§ ABOUT THIS EXERCISE: Look at each line below and count those with the word "amount"; the answer is that number only.
BEGIN MATERIAL FOR THIS TASK
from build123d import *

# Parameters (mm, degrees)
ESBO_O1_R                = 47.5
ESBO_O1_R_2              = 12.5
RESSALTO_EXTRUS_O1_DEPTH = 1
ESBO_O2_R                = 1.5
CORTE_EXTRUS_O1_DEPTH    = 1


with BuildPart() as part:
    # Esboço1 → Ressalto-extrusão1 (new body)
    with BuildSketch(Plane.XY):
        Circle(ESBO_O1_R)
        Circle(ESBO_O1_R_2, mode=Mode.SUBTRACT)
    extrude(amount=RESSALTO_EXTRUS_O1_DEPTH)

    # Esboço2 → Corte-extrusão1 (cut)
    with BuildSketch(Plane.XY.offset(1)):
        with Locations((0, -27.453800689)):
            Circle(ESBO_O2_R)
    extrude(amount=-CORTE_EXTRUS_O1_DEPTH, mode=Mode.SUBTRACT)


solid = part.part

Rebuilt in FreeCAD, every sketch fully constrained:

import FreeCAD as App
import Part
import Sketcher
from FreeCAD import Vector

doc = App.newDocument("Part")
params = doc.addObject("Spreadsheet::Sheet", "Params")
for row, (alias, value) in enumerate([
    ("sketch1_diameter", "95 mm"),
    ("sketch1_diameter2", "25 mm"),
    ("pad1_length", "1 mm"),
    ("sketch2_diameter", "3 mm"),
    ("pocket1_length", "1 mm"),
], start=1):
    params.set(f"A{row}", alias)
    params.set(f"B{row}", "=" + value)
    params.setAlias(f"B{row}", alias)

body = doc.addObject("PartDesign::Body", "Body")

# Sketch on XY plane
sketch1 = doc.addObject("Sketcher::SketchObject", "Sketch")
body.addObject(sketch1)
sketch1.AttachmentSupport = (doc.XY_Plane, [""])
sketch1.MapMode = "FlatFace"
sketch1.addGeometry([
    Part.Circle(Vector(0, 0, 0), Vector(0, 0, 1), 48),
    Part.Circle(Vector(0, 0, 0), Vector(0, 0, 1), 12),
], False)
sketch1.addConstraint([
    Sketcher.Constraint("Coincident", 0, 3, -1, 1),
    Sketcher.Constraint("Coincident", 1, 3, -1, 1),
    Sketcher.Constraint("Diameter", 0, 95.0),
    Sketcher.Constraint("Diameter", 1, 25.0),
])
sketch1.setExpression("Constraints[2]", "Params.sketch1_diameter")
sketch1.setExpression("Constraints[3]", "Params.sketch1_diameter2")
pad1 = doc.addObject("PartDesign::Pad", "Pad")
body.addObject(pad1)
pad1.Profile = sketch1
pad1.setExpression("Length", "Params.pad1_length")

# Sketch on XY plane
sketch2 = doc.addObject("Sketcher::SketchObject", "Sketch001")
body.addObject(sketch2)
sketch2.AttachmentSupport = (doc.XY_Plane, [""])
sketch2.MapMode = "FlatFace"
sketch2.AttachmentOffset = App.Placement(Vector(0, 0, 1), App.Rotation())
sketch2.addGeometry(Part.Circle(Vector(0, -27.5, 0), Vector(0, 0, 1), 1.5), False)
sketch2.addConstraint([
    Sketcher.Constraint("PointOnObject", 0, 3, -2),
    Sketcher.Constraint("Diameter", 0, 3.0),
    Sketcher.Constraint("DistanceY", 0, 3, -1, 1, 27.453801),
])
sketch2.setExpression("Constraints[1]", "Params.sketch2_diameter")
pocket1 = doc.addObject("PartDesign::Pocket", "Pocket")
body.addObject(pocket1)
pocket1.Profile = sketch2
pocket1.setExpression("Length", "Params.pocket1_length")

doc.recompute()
END MATERIAL FOR THIS TASK
§ SOLUTION FOR THIS TASK: 2